- Opening Delimiter -
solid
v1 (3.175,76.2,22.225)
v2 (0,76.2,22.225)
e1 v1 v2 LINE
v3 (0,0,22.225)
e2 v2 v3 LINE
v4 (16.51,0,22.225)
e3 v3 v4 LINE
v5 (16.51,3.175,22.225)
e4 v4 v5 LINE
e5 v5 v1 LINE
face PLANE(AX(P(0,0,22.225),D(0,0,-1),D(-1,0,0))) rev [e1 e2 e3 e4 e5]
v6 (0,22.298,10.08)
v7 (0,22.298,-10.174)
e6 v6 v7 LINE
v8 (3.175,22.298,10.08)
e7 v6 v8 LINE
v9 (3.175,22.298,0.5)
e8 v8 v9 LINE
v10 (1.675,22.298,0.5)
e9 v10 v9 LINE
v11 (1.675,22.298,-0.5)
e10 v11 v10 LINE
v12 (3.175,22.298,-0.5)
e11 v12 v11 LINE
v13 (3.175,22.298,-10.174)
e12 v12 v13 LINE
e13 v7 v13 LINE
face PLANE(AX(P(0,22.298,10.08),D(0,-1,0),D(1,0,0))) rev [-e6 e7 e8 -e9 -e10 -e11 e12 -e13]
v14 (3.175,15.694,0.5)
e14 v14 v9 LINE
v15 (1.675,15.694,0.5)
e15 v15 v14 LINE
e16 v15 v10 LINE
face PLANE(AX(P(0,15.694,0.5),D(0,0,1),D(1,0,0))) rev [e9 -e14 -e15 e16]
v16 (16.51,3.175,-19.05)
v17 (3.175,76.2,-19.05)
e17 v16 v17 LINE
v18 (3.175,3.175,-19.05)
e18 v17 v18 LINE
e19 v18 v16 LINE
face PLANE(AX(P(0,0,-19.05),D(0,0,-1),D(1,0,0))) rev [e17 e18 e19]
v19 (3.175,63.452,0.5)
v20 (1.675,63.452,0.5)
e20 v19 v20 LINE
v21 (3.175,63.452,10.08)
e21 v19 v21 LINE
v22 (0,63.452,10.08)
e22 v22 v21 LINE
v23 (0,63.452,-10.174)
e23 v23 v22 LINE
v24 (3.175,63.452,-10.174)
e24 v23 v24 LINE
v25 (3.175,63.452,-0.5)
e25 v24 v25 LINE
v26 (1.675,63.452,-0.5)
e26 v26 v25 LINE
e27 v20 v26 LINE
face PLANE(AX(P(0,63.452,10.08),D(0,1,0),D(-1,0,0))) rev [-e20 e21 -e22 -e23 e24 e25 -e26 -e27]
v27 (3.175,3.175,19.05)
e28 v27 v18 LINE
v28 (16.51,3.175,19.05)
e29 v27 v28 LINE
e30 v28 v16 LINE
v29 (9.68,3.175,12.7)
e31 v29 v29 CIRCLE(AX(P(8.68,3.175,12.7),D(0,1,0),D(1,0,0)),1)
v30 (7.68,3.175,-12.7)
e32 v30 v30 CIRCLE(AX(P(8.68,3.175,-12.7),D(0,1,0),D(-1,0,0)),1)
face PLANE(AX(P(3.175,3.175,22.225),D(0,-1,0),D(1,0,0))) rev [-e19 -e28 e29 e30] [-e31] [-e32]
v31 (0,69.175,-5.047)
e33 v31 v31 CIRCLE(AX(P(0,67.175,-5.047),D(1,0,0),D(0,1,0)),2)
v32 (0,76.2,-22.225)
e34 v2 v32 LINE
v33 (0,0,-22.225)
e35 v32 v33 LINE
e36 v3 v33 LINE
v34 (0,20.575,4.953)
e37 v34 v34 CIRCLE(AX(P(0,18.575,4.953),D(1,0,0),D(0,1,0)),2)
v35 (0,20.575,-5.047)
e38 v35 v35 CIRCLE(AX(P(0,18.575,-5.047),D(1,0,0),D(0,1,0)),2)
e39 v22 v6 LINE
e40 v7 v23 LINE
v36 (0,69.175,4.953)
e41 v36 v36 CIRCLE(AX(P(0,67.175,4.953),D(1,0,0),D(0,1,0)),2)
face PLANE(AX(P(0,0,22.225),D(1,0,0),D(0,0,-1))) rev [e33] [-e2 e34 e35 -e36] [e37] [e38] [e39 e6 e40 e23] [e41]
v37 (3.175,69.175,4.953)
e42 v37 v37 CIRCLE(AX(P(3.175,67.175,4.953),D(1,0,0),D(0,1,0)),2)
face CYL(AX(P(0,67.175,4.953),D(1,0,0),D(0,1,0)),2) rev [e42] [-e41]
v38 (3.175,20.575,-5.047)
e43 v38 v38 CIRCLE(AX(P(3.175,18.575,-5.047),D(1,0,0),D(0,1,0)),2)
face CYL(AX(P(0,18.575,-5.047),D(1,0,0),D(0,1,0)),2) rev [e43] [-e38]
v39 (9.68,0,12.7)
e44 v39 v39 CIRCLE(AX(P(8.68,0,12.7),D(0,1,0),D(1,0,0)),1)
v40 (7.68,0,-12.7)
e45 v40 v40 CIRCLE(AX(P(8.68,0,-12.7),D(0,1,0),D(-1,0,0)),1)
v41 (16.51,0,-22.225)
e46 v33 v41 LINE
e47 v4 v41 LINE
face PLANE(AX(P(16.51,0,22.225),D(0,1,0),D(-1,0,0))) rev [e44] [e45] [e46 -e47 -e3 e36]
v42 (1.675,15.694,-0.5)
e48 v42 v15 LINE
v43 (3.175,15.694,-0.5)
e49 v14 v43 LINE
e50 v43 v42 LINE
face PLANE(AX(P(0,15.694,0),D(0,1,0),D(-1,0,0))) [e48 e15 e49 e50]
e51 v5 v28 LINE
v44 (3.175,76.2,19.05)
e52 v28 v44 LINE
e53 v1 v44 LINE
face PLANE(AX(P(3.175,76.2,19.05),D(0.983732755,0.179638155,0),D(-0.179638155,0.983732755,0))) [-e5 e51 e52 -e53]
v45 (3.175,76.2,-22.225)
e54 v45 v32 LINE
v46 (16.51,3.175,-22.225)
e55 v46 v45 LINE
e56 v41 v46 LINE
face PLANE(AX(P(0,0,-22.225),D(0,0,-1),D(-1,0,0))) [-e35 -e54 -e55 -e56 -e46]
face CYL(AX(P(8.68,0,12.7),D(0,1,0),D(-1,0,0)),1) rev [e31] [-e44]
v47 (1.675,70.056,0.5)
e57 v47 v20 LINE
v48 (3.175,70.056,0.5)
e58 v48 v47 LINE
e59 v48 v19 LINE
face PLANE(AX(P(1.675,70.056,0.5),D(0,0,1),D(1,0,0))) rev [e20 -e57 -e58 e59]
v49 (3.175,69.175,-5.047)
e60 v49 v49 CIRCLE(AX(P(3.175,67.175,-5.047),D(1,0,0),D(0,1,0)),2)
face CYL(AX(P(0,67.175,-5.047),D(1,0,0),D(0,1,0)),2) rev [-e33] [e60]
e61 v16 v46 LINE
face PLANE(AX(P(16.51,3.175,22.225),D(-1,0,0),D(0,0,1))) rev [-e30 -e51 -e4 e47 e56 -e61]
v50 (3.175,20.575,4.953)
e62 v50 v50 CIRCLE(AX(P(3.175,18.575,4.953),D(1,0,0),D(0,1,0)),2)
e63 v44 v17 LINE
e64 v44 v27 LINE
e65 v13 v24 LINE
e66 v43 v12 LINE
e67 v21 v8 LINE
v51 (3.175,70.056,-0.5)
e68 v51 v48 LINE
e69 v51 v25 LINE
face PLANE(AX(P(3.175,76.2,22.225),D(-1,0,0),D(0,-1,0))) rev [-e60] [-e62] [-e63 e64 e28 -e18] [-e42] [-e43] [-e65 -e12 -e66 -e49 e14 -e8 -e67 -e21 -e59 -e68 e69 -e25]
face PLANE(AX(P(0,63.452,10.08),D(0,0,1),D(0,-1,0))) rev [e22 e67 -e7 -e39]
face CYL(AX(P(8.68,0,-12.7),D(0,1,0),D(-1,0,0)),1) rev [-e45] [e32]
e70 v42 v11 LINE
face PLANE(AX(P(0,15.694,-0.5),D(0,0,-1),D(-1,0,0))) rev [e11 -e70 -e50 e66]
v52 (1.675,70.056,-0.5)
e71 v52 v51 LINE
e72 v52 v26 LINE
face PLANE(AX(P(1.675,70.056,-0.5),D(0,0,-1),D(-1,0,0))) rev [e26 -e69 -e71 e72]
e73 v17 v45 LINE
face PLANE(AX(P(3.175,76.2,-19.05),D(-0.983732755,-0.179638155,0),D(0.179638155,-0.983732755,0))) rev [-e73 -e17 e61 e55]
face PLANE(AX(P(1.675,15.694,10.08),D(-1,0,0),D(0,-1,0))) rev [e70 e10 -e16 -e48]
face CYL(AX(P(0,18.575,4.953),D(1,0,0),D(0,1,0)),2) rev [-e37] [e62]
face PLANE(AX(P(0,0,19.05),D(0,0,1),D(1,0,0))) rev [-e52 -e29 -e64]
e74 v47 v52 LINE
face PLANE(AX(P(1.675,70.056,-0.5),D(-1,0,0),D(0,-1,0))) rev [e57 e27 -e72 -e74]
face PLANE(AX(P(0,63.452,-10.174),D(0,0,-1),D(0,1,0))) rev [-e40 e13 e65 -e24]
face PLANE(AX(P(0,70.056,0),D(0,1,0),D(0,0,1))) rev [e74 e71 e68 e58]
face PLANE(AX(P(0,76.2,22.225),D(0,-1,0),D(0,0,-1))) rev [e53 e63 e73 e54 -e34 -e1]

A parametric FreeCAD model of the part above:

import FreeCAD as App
import Part
import Sketcher

V = App.Vector
Q = App.Units.Quantity

doc = App.newDocument("Part")
body = doc.addObject("PartDesign::Body", "Body")

sketch1 = body.newObject("Sketcher::SketchObject", "Sketch")
sketch1.AttachmentSupport = (doc.getObject("XY_Plane"), [""])
sketch1.MapMode = "FlatFace"
sketch1.addGeometry([
    Part.LineSegment(V(0, 76.2, 0), V(0, 0, 0)),
    Part.LineSegment(V(0, 0, 0), V(16.51, 0, 0)),
    Part.LineSegment(V(16.51, 0, 0), V(16.51, 3.175, 0)),
    Part.LineSegment(V(16.51, 3.175, 0), V(3.175, 3.175, 0)),
    Part.LineSegment(V(3.175, 3.175, 0), V(3.175, 76.2, 0)),
    Part.LineSegment(V(3.175, 76.2, 0), V(0, 76.2, 0)),
], False)
sketch1.addConstraint([
    Sketcher.Constraint("Coincident", 0, 2, 1, 1),
    Sketcher.Constraint("Coincident", 1, 2, 2, 1),
    Sketcher.Constraint("Coincident", 2, 2, 3, 1),
    Sketcher.Constraint("Coincident", 3, 2, 4, 1),
    Sketcher.Constraint("Coincident", 4, 2, 5, 1),
    Sketcher.Constraint("Coincident", 5, 2, 0, 1),
    Sketcher.Constraint("Vertical", 0),
    Sketcher.Constraint("Horizontal", 1),
    Sketcher.Constraint("Vertical", 2),
    Sketcher.Constraint("Horizontal", 3),
    Sketcher.Constraint("Vertical", 4),
    Sketcher.Constraint("Horizontal", 5),
    Sketcher.Constraint("Coincident", 0, 2, -1, 1),
    Sketcher.Constraint("Equal", 5, 2),
    Sketcher.Constraint("DistanceY", 0, 2, 0, 1, Q("3 in")),
    Sketcher.Constraint("DistanceX", 1, 1, 1, 2, Q("0.65 in")),
    Sketcher.Constraint("DistanceX", 3, 2, 3, 1, Q("0.525 in")),
])
pad1 = body.newObject("PartDesign::Pad", "Pad")
pad1.Profile = sketch1
pad1.Length = Q("1.75 in")
pad1.Midplane = True

sketch2 = body.newObject("Sketcher::SketchObject", "Sketch001")
sketch2.AttachmentSupport = (doc.getObject("XY_Plane"), [""])
sketch2.MapMode = "FlatFace"
sketch2.AttachmentOffset = App.Placement(V(0, 0, 0.875 * 25.4), App.Rotation())
sketch2.addGeometry([
    Part.LineSegment(V(16.51, 3.175, 0), V(3.175, 76.2, 0)),
    Part.LineSegment(V(3.175, 76.2, 0), V(3.175, 3.175, 0)),
    Part.LineSegment(V(3.175, 3.175, 0), V(16.51, 3.175, 0)),
], False)
sketch2.addConstraint([
    Sketcher.Constraint("Coincident", 0, 2, 1, 1),
    Sketcher.Constraint("Coincident", 1, 2, 2, 1),
    Sketcher.Constraint("Coincident", 2, 2, 0, 1),
    Sketcher.Constraint("Vertical", 1),
    Sketcher.Constraint("Horizontal", 2),
    Sketcher.Constraint("DistanceY", -1, 1, 0, 2, Q("3 in")),
    Sketcher.Constraint("DistanceX", 2, 1, 2, 2, Q("0.525 in")),
    Sketcher.Constraint("DistanceY", 1, 2, 1, 1, Q("2.875 in")),
    Sketcher.Constraint("DistanceX", -1, 1, 2, 2, Q("0.65 in")),
])
pad2 = body.newObject("PartDesign::Pad", "Pad001")
pad2.Profile = sketch2
pad2.Length = Q("0.125 in")
pad2.Reversed = True
doc.recompute()

mirrored = body.newObject("PartDesign::Mirrored", "Mirrored")
mirrored.Originals = [pad2]
mirrored.MirrorPlane = (doc.getObject("XY_Plane"), [""])
body.Tip = mirrored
- Closing Delimiter -
Directions: Collect every line with the string "CIRCLE" from the records, and copy each.

Exercise result:
e31 v29 v29 CIRCLE(AX(P(8.68,3.175,12.7),D(0,1,0),D(1,0,0)),1)
e32 v30 v30 CIRCLE(AX(P(8.68,3.175,-12.7),D(0,1,0),D(-1,0,0)),1)
e33 v31 v31 CIRCLE(AX(P(0,67.175,-5.047),D(1,0,0),D(0,1,0)),2)
e37 v34 v34 CIRCLE(AX(P(0,18.575,4.953),D(1,0,0),D(0,1,0)),2)
e38 v35 v35 CIRCLE(AX(P(0,18.575,-5.047),D(1,0,0),D(0,1,0)),2)
e41 v36 v36 CIRCLE(AX(P(0,67.175,4.953),D(1,0,0),D(0,1,0)),2)
e42 v37 v37 CIRCLE(AX(P(3.175,67.175,4.953),D(1,0,0),D(0,1,0)),2)
e43 v38 v38 CIRCLE(AX(P(3.175,18.575,-5.047),D(1,0,0),D(0,1,0)),2)
e44 v39 v39 CIRCLE(AX(P(8.68,0,12.7),D(0,1,0),D(1,0,0)),1)
e45 v40 v40 CIRCLE(AX(P(8.68,0,-12.7),D(0,1,0),D(-1,0,0)),1)
e60 v49 v49 CIRCLE(AX(P(3.175,67.175,-5.047),D(1,0,0),D(0,1,0)),2)
e62 v50 v50 CIRCLE(AX(P(3.175,18.575,4.953),D(1,0,0),D(0,1,0)),2)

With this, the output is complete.